Darwin), representing sparsely sampled snapshots of the low latitude ionosphere, have been range-converted (in this case to 2000km) and combined by the Kriging spatial interpolation technique (Samardjiev etal 1993) to show the effective maximum frequency for a path of this length reflecting anywhere in the sampled region at the time in question. Figure 3 (a) shows the development of the equatorial anomaly whereas Figure 3(b) shows the major north-south gradient which occurs at a later time of day. The round spots within the picture show the apparent location of the oblique reflection points (oblique path mid-points) used in the interpolation.
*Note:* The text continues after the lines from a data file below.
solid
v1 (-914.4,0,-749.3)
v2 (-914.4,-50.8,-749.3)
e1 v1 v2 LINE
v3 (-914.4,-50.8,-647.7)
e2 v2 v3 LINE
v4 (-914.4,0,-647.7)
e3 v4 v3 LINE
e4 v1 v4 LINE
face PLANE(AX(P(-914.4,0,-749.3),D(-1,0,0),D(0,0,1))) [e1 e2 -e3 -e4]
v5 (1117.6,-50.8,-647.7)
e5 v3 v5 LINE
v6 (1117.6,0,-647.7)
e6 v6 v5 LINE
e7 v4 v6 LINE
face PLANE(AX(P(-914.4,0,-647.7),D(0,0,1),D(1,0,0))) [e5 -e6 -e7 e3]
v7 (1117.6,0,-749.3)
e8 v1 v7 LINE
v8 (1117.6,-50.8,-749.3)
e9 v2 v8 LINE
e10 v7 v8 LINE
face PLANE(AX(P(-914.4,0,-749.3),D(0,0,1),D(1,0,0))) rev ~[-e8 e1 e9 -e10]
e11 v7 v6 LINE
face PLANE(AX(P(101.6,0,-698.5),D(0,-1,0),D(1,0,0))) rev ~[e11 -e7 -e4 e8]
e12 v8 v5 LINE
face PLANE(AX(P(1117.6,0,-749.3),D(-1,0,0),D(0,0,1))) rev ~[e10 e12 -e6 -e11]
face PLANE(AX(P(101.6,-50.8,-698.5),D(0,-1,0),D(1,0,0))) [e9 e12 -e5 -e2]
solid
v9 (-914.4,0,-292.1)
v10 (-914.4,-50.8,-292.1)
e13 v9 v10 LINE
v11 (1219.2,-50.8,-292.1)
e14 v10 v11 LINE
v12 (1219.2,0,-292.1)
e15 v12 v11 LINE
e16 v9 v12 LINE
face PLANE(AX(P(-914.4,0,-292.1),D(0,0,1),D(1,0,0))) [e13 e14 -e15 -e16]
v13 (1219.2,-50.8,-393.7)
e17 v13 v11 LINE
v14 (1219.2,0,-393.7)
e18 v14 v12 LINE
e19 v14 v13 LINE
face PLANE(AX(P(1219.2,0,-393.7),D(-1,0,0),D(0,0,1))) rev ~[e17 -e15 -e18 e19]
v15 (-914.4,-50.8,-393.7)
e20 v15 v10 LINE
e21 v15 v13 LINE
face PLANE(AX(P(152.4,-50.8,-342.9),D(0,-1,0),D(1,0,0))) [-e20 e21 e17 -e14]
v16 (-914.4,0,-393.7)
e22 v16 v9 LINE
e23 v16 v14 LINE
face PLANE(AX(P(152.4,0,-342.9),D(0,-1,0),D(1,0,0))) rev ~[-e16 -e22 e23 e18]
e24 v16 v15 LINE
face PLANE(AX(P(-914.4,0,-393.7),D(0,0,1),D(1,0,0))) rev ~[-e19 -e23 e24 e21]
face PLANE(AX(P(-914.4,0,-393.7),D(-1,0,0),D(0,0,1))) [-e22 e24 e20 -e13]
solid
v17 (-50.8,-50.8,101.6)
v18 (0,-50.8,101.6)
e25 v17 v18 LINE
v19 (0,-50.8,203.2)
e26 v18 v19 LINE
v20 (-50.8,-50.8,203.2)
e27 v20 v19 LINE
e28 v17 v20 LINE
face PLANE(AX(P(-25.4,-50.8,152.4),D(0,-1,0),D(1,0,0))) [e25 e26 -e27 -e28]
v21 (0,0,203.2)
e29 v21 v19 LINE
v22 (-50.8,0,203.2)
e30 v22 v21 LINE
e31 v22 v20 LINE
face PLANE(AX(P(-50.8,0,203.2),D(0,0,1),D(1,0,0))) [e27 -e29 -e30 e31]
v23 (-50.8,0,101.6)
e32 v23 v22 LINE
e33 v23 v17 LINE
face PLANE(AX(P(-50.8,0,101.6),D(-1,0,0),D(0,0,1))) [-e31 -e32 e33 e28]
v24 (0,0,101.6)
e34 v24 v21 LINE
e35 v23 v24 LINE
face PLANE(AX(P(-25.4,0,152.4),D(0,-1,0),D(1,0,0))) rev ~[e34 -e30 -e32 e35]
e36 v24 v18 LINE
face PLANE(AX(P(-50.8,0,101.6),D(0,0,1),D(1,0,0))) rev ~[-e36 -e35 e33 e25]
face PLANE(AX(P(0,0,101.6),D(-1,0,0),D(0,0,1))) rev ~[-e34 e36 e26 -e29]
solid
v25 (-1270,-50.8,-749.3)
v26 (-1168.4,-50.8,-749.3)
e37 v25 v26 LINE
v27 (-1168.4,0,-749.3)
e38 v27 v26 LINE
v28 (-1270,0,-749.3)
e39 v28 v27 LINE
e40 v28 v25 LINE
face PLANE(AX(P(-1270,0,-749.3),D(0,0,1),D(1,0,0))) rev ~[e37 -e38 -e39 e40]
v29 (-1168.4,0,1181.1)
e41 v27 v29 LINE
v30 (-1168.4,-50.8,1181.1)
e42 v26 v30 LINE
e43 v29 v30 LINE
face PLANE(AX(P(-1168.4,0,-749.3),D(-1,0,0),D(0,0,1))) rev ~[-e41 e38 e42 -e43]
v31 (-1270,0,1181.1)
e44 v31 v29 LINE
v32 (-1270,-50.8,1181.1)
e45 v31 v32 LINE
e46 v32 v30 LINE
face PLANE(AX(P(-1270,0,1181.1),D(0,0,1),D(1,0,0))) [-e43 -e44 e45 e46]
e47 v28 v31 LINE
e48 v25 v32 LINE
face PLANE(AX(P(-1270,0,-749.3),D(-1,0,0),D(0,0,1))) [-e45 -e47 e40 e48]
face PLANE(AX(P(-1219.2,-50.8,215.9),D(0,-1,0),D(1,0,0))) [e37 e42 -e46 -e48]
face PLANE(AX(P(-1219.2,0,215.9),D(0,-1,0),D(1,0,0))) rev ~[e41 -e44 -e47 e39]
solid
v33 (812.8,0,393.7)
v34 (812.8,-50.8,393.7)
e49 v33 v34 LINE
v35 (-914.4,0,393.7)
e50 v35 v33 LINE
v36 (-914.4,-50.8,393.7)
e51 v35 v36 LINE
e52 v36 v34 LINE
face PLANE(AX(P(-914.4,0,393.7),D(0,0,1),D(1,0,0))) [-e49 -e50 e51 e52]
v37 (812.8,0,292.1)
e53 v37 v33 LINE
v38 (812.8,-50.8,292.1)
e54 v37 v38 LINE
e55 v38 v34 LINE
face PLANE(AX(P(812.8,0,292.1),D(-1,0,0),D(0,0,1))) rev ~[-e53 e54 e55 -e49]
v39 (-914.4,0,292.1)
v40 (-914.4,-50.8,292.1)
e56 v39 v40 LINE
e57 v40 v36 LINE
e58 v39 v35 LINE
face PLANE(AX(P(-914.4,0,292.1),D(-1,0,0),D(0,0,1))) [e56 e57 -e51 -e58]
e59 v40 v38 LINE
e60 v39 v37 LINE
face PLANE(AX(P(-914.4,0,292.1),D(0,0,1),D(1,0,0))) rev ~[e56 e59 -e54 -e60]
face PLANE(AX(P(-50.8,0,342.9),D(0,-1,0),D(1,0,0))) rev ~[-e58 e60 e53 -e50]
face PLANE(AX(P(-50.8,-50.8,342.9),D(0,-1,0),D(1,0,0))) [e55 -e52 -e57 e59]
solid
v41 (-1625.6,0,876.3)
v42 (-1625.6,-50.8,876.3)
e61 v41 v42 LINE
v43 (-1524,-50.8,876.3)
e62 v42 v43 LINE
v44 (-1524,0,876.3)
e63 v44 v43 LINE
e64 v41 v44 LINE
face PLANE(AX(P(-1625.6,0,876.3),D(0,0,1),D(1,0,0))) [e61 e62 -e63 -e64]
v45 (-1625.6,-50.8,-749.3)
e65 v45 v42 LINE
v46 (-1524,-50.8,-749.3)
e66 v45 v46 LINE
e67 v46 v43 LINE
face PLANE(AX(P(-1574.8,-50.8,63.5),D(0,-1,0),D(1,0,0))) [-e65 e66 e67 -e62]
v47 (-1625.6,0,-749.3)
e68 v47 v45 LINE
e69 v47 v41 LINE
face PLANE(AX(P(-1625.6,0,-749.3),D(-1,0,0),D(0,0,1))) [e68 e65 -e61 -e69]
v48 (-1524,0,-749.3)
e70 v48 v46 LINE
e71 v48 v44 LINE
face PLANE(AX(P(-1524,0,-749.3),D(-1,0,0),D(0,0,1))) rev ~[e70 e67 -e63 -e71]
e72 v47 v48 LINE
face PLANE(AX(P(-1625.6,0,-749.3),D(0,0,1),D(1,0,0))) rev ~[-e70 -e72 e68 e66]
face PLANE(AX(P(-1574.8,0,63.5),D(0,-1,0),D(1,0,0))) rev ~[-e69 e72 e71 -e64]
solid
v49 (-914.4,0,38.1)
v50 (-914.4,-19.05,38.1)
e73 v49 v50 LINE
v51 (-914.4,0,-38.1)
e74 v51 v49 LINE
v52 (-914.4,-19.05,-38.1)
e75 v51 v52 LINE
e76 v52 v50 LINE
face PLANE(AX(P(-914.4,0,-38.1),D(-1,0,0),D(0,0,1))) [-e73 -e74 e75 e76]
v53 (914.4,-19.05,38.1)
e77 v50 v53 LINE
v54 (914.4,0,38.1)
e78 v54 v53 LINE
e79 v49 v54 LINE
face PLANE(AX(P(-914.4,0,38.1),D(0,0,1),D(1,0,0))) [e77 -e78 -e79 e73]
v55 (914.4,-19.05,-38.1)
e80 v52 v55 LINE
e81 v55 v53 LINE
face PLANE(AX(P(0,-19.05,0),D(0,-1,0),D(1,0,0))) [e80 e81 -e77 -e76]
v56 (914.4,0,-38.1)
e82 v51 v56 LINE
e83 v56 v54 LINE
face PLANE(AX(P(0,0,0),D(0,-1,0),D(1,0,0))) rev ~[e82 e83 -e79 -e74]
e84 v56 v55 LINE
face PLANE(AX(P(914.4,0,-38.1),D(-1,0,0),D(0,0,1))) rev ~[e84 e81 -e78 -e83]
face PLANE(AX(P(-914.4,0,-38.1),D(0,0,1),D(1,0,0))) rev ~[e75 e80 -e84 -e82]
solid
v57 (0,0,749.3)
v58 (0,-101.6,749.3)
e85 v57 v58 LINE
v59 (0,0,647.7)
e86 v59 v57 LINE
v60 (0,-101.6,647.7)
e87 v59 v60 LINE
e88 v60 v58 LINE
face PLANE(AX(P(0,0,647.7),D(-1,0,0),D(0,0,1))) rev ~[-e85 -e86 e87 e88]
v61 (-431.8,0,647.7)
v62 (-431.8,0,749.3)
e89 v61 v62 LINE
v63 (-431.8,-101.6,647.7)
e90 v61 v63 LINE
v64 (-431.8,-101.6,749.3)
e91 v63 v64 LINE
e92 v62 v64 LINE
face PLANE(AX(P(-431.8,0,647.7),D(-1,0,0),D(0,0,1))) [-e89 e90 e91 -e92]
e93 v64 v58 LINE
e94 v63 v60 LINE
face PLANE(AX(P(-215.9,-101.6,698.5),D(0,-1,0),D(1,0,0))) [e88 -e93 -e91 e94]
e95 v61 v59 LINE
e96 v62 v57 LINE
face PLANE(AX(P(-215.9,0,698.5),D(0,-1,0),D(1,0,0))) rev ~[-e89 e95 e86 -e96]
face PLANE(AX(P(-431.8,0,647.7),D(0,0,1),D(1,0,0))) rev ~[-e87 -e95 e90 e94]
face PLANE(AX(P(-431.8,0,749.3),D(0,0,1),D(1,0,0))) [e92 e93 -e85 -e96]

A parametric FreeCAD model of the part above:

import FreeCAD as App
import Part
import Sketcher
Q = App.Units.Quantity


def add_polygon(sketch, points):
    """Adds a closed chain of lines whose ends are joined by coincident constraints."""
    first, n = sketch.GeometryCount, len(points)
    for a, b in zip(points, points[1:] + points[:1]):
        sketch.addGeometry(Part.LineSegment(App.Vector(*a, 0), App.Vector(*b, 0)), False)
    for i in range(n):
        sketch.addConstraint(Sketcher.Constraint("Coincident", first + i, 2, first + (i + 1) % n, 1))

doc = App.newDocument("Part")
body = doc.addObject("PartDesign::Body", "Body")

# Sketch on XZ plane
sketch1 = body.newObject("Sketcher::SketchObject", "Sketch")
sketch1.AttachmentSupport = (doc.getObject("XZ_Plane"), [""])
sketch1.MapMode = "FlatFace"
add_polygon(sketch1, [(-914, 38), (-914, -38), (914, -38), (914, 38)])  # lines 0-3
sketch1.addConstraint([
    Sketcher.Constraint("Vertical", 0),
    Sketcher.Constraint("Horizontal", 1),
    Sketcher.Constraint("Vertical", 2),
    Sketcher.Constraint("Horizontal", 3),
    Sketcher.Constraint("Symmetric", 0, 2, 2, 2, -1, 1),
    Sketcher.Constraint("DistanceX", 1, 1, 1, 2, Q("72 in")),
    Sketcher.Constraint("DistanceY", 0, 2, 0, 1, Q("3 in")),
])
pad1 = body.newObject("PartDesign::Pad", "Pad")
pad1.Profile = sketch1
pad1.Length = Q("0.75 in")
body2 = doc.addObject("PartDesign::Body", "Body001")

# Sketch on XZ plane
sketch2 = body2.newObject("Sketcher::SketchObject", "Sketch001")
sketch2.AttachmentSupport = (doc.getObject("XZ_Plane001"), [""])
sketch2.MapMode = "FlatFace"
add_polygon(sketch2, [(-914, -292), (-914, -394), (1219, -394), (1219, -292)])  # lines 0-3
sketch2.addConstraint([
    Sketcher.Constraint("Vertical", 0),
    Sketcher.Constraint("Horizontal", 1),
    Sketcher.Constraint("Vertical", 2),
    Sketcher.Constraint("Horizontal", 3),
    Sketcher.Constraint("DistanceX", 1, 1, 1, 2, Q("84 in")),
    Sketcher.Constraint("DistanceY", 0, 2, 0, 1, Q("4 in")),
    Sketcher.Constraint("DistanceX", 0, 2, -1, 1, Q("36 in")),
    Sketcher.Constraint("DistanceY", 0, 2, -1, 1, Q("15.5 in")),
])
pad2 = body2.newObject("PartDesign::Pad", "Pad001")
pad2.Profile = sketch2
pad2.Length = Q("2 in")
body3 = doc.addObject("PartDesign::Body", "Body002")

# Sketch on XZ plane
sketch3 = body3.newObject("Sketcher::SketchObject", "Sketch002")
sketch3.AttachmentSupport = (doc.getObject("XZ_Plane002"), [""])
sketch3.MapMode = "FlatFace"
add_polygon(sketch3, [(-914, -648), (-914, -749), (1118, -749), (1118, -648)])  # lines 0-3
sketch3.addConstraint([
    Sketcher.Constraint("Vertical", 0),
    Sketcher.Constraint("Horizontal", 1),
    Sketcher.Constraint("Vertical", 2),
    Sketcher.Constraint("Horizontal", 3),
    Sketcher.Constraint("DistanceX", 1, 1, 1, 2, Q("80 in")),
    Sketcher.Constraint("DistanceY", 0, 2, 0, 1, Q("4 in")),
    Sketcher.Constraint("DistanceX", 0, 2, -1, 1, Q("36 in")),
    Sketcher.Constraint("DistanceY", 0, 2, -1, 1, Q("29.5 in")),
])
pad3 = body3.newObject("PartDesign::Pad", "Pad002")
pad3.Profile = sketch3
pad3.Length = Q("2 in")
body4 = doc.addObject("PartDesign::Body", "Body003")

# Sketch on XZ plane
sketch4 = body4.newObject("Sketcher::SketchObject", "Sketch003")
sketch4.AttachmentSupport = (doc.getObject("XZ_Plane003"), [""])
sketch4.MapMode = "FlatFace"
add_polygon(sketch4, [(-914, 394), (-914, 292), (813, 292), (813, 394)])  # lines 0-3
sketch4.addConstraint([
    Sketcher.Constraint("Vertical", 0),
    Sketcher.Constraint("Horizontal", 1),
    Sketcher.Constraint("Vertical", 2),
    Sketcher.Constraint("Horizontal", 3),
    Sketcher.Constraint("DistanceX", 1, 1, 1, 2, Q("68 in")),
    Sketcher.Constraint("DistanceY", 0, 2, 0, 1, Q("4 in")),
    Sketcher.Constraint("DistanceX", 0, 2, -1, 1, Q("36 in")),
    Sketcher.Constraint("DistanceY", -1, 1, 0, 2, Q("11.5 in")),
])
pad4 = body4.newObject("PartDesign::Pad", "Pad003")
pad4.Profile = sketch4
pad4.Length = Q("2 in")
body5 = doc.addObject("PartDesign::Body", "Body004")

# Sketch on XZ plane
sketch5 = body5.newObject("Sketcher::SketchObject", "Sketch004")
sketch5.AttachmentSupport = (doc.getObject("XZ_Plane004"), [""])
sketch5.MapMode = "FlatFace"
add_polygon(sketch5, [(-51, 203), (-51, 102), (0, 102), (0, 203)])  # lines 0-3
sketch5.addConstraint([
    Sketcher.Constraint("Vertical", 0),
    Sketcher.Constraint("Horizontal", 1),
    Sketcher.Constraint("Vertical", 2),
    Sketcher.Constraint("Horizontal", 3),
    Sketcher.Constraint("PointOnObject", 1, 2, -2),
    Sketcher.Constraint("DistanceX", 1, 1, 1, 2, Q("2 in")),
    Sketcher.Constraint("DistanceY", 0, 2, 0, 1, Q("4 in")),
    Sketcher.Constraint("DistanceY", -1, 1, 0, 2, Q("4 in")),
])
pad5 = body5.newObject("PartDesign::Pad", "Pad004")
pad5.Profile = sketch5
pad5.Length = Q("2 in")
body6 = doc.addObject("PartDesign::Body", "Body005")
It is obvious that such a mapping technique can have both scientific and practical application. In the former case, it can be used to compare the actual ionosphere with predictions generated by computer codes. If all sites are connected to a central computer then the system can be used to provide real-time frequency management of HF communications.

The definition of Sporadic E over a given area remains a more difficult problem. Measurements made by backscatter sounding in northern Australia indicate that when sporadic E is significant, the geographic area of coverage is often large (if variable in strength). This is one application where a backscatter sounder may provide the best solution (Houminer etal, 1996). Failing that, the highest possible density of reflection point coverage is needed and is most readily provided by networked oblique sounders.

In some parts of the world (notably Europe and some parts of the USA) the density of vertical ionosondes is such that an integrated system of vertical ionosondes alone would be sufficient to define the ionosphere over very large geographic areas if networking could be achieved. That would also appear to have been a possible goal arising from the PRIME project initiated by Peter Bradley. However on past performance, inter-country cooperation appears to be very difficult to achieve. For areas less well endowed, a network of combined vertical/oblique ionosondes will remain the most cost-effective solution. For ocean areas, the oblique sounding technique has no peer. Topside sounding provides an effective ionospheric slice along the satellite track as does tomography but neither can achieve a sufficiently high revisit rate without an increase in the number of relevant satellites.

References:

Clarke R.H., Fyfe D.F., Kettler D.I., Lynn K.J.W., Malcolm W.P., Sprey B.M., Taylor D.P. and Wright C.S., TENERP Conf. Proceedings, June 22-24, NPS, Monterey, CA., 1993.

Davies K., "Ionospheric Radio Propagation", NBS Monograph 80, 1965

Houminer Z., Russell C.J., Dyson P.L. & Bennett J.A., Ann.Geophys., V14, p1060, 1996.

Lynn K.J.W, World Data Centre Report UAG -104, p59, 1995.

Phanivong B, Chen, J., P.L. Dyson & Bennett J.A., J. Atmosp. Terr. Phys., V 57, p1715, 1995.

Poole A.W.V. & Mercer C.C., World Data Centre Report UAG -104, p59, 1995.

Samardjiev T, Bradley P.A., Cander L.R. & Dick M.I., PRIME COST 238 Workshop, p257, Graz, Austria, 1993.